BiP and immunoglobulin light chain cooperate to control the folding of heavy chain and ensure the fidelity of immunoglobulin assembly

The immunoglobulin (Ig) molecule is composed of two identical heavy chains and two identical light chains (H2L2). Transport of this heteromeric complex is dependent on the correct assembly of the component parts, which is controlled, in part, by the association of incompletely assembled Ig heavy chains with the endoplasmic reticulum (ER) chaperone, BiP. Although other heavy chain-constant domains interact transiently with BiP, in the absence of light chain synthesis, BiP binds stably to the first constant domain (C(H)1) of the heavy chain, causing it to be retained in the ER. Using a simplified two-domain Ig heavy chain (V-H-C(H)1), we have determined why BiP remains bound to free heavy chains and how light chains facilitate their transport.
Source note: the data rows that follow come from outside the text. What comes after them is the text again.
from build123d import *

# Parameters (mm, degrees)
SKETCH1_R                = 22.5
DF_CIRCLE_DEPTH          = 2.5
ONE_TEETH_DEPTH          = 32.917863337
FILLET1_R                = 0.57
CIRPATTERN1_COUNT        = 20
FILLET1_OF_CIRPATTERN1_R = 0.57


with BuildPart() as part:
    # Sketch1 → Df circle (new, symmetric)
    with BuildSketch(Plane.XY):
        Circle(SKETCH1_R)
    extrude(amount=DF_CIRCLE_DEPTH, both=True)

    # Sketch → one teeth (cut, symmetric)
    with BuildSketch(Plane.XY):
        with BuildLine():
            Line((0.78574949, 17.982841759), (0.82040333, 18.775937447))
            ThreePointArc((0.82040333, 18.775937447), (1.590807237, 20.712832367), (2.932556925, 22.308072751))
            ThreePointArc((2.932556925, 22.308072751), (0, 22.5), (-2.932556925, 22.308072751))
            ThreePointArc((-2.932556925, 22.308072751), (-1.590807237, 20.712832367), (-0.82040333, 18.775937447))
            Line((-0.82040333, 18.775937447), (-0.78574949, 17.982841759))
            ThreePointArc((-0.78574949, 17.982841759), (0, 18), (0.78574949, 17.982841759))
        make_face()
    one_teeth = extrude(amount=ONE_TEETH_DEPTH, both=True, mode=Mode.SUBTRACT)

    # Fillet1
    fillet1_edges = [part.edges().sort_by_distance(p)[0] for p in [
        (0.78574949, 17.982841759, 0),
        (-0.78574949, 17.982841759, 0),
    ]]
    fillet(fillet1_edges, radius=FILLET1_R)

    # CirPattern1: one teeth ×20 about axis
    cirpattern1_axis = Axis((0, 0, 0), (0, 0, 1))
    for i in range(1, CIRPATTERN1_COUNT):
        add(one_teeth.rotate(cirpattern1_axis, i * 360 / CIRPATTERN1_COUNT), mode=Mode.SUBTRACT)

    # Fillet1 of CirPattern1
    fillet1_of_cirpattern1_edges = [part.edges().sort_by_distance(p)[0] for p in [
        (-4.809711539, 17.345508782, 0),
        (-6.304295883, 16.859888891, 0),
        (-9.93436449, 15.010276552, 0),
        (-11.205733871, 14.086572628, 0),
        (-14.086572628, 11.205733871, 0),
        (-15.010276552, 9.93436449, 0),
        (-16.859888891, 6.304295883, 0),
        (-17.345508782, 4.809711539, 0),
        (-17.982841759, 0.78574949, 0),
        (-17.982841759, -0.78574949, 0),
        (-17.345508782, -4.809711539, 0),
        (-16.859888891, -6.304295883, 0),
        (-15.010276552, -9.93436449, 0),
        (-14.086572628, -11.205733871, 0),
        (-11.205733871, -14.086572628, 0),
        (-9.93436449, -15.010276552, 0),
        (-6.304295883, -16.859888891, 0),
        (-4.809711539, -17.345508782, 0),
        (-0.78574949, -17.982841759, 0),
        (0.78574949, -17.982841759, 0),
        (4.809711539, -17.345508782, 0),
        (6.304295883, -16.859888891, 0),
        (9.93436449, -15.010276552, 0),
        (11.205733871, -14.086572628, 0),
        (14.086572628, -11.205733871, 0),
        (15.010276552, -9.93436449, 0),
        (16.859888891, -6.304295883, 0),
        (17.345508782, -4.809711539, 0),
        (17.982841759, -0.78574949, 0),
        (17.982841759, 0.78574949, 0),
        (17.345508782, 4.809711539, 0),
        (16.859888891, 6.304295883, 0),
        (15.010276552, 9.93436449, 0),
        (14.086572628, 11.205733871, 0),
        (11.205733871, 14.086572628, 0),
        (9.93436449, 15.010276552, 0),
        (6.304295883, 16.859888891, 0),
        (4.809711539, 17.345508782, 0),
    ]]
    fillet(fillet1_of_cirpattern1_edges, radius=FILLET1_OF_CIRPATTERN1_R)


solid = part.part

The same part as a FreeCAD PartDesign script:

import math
import FreeCAD as App
import Part
import Sketcher

V = App.Vector
Q = App.Units.Quantity


def edges_at(feature, points):
    """Names of the edges that pass closest to the given points."""
    edges = feature.Shape.Edges
    near = lambda p: min(range(len(edges)), key=lambda i: edges[i].distToShape(Part.Vertex(*p))[0])
    return sorted({f"Edge{near(p) + 1}" for p in points})

doc = App.newDocument("Part")
body = doc.addObject("PartDesign::Body", "Body")

sketch1 = body.newObject("Sketcher::SketchObject", "Sketch")
sketch1.AttachmentSupport = (doc.getObject("XY_Plane"), [""])
sketch1.MapMode = "FlatFace"
sketch1.addGeometry(Part.Circle(V(0, 0, 0), V(0, 0, 1), 22.5), False)
sketch1.addConstraint([
    Sketcher.Constraint("Coincident", 0, 3, -1, 1),
    Sketcher.Constraint("Diameter", 0, Q("45 mm")),
])
pad1 = body.newObject("PartDesign::Pad", "Pad")
pad1.Profile = sketch1
pad1.Length = 5
pad1.Midplane = True

sketch2 = body.newObject("Sketcher::SketchObject", "Sketch001")
sketch2.AttachmentSupport = (doc.getObject("XY_Plane"), [""])
sketch2.MapMode = "FlatFace"
sketch2.addGeometry([
    Part.LineSegment(V(0.785749, 17.982842, 0), V(0.820403, 18.775937, 0)),
    Part.ArcOfCircle(Part.Circle(V(7.192676, 17.363015, 0), V(0, 0, 1), 6.527036), math.radians(130.744579), math.radians(167.498087)),
    Part.ArcOfCircle(Part.Circle(V(0, 0, 0), V(0, 0, 1), 22.5), math.radians(82.510999), math.radians(97.489001)),
    Part.ArcOfCircle(Part.Circle(V(-7.192676, 17.363015, 0), V(0, 0, 1), 6.527036), math.radians(12.501913), math.radians(49.255421)),
    Part.LineSegment(V(-0.820403, 18.775937, 0), V(-0.785749, 17.982842, 0)),
    Part.ArcOfCircle(Part.Circle(V(0, 0, 0), V(0, 0, 1), 18), math.radians(87.498087), math.radians(92.501913)),
], False)
sketch2.addConstraint([
    Sketcher.Constraint("Coincident", 0, 2, 1, 2),
    Sketcher.Constraint("Coincident", 1, 1, 2, 1),
    Sketcher.Constraint("Coincident", 2, 2, 3, 2),
    Sketcher.Constraint("Coincident", 3, 1, 4, 1),
    Sketcher.Constraint("Coincident", 4, 2, 5, 2),
    Sketcher.Constraint("Coincident", 5, 1, 0, 1),
    Sketcher.Constraint("Coincident", 2, 3, -1, 1),
    Sketcher.Constraint("Coincident", 5, 3, -1, 1),
    Sketcher.Constraint("Equal", 1, 3),
    Sketcher.Constraint("Symmetric", 1, 3, 3, 3, -2),
    Sketcher.Constraint("Horizontal", 0, 2, 3, 1),
    Sketcher.Constraint("Horizontal", 4, 2, 5, 1),
    Sketcher.Constraint("Radius", 5, Q("18 mm")),
    Sketcher.Constraint("Radius", 2, Q("22.5 mm")),
    Sketcher.Constraint("Radius", 1, Q("6.527036 mm")),
    Sketcher.Constraint("DistanceX", 4, 2, 5, 1, Q("1.571499 mm")),
    Sketcher.Constraint("DistanceX", 3, 3, 1, 3, Q("14.385352 mm")),
    Sketcher.Constraint("DistanceX", 3, 3, 0, 2, Q("8.013079 mm")),
    Sketcher.Constraint("DistanceX", 1, 1, 1, 3, Q("4.260119 mm")),
])
pocket1 = body.newObject("PartDesign::Pocket", "Pocket")
pocket1.Profile = sketch2
pocket1.Length = 65.835727
pocket1.Midplane = True
doc.recompute()

fillet = body.newObject("PartDesign::Fillet", "Fillet")
fillet.Base = (pocket1, edges_at(pocket1, [(0.786, 17.983, 0), (-0.786, 17.983, 0)]))
fillet.Radius = 0.57
doc.recompute()

polarpattern = body.newObject("PartDesign::PolarPattern", "PolarPattern")
polarpattern.Originals = [pocket1]
polarpattern.Axis = (doc.getObject("Z_Axis"), [""])
polarpattern.Angle = 360
polarpattern.Occurrences = 20
body.Tip = polarpattern
doc.recompute()

fillet2 = body.newObject("PartDesign::Fillet", "Fillet001")
fillet2.Base = (polarpattern, edges_at(polarpattern, [
    (-4.81, 17.346, 0),
    (-6.304, 16.86, 0),
    (-9.934, 15.01, 0),
    (-11.206, 14.087, 0),
    (-14.087, 11.206, 0),
    (-15.01, 9.934, 0),
    (-16.86, 6.304, 0),
    (-17.346, 4.81, 0),
    (-17.983, 0.786, 0),
    (-17.983, -0.786, 0),
    (-17.346, -4.81, 0),
    (-16.86, -6.304, 0),
    (-15.01, -9.934, 0),
    (-14.087, -11.206, 0),
    (-11.206, -14.087, 0),
    (-9.934, -15.01, 0),
    (-6.304, -16.86, 0),
    (-4.81, -17.346, 0),
    (-0.786, -17.983, 0),
    (0.786, -17.983, 0),
    (4.81, -17.346, 0),
    (6.304, -16.86, 0),
    (9.934, -15.01, 0),
    (11.206, -14.087, 0),
    (14.087, -11.206, 0),
    (15.01, -9.934, 0),
    (16.86, -6.304, 0),
    (17.346, -4.81, 0),
    (17.983, -0.786, 0),
    (17.983, 0.786, 0),
    (17.346, 4.81, 0),
    (16.86, 6.304, 0),
    (15.01, 9.934, 0),
    (14.087, 11.206, 0),
    (11.206, 14.087, 0),
    (9.934, 15.01, 0),
    (6.304, 16.86, 0),
    (4.81, 17.346, 0),
]))
fillet2.Radius = 0.57

doc.recompute()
We found that in the absence of light chain expression, the C(H)1 domain neither folds nor forms its intradomain disulfide bond and therefore remains a substrate for BiP. In vivo, light chains are required to facilitate both the folding of the C(H)1 domain and the release of BiP. In contrast, the addition of Am to isolated BiP-heavy chain complexes in vitro causes the release of BiP and allows the C(H)1 domain to fold in the absence of light chains. Therefore, light chains are not intrinsically essential for C(H)1 domain folding, but play a critical role in removing BiP from the C(H)1 domain, thereby allowing it to fold and Ig assembly to proceed. These data suggest that the assembly of multimeric protein complexes in the ER is not strictly dependent on the proper folding of individual subunits; rather, assembly can drive the complete folding of protein subunits.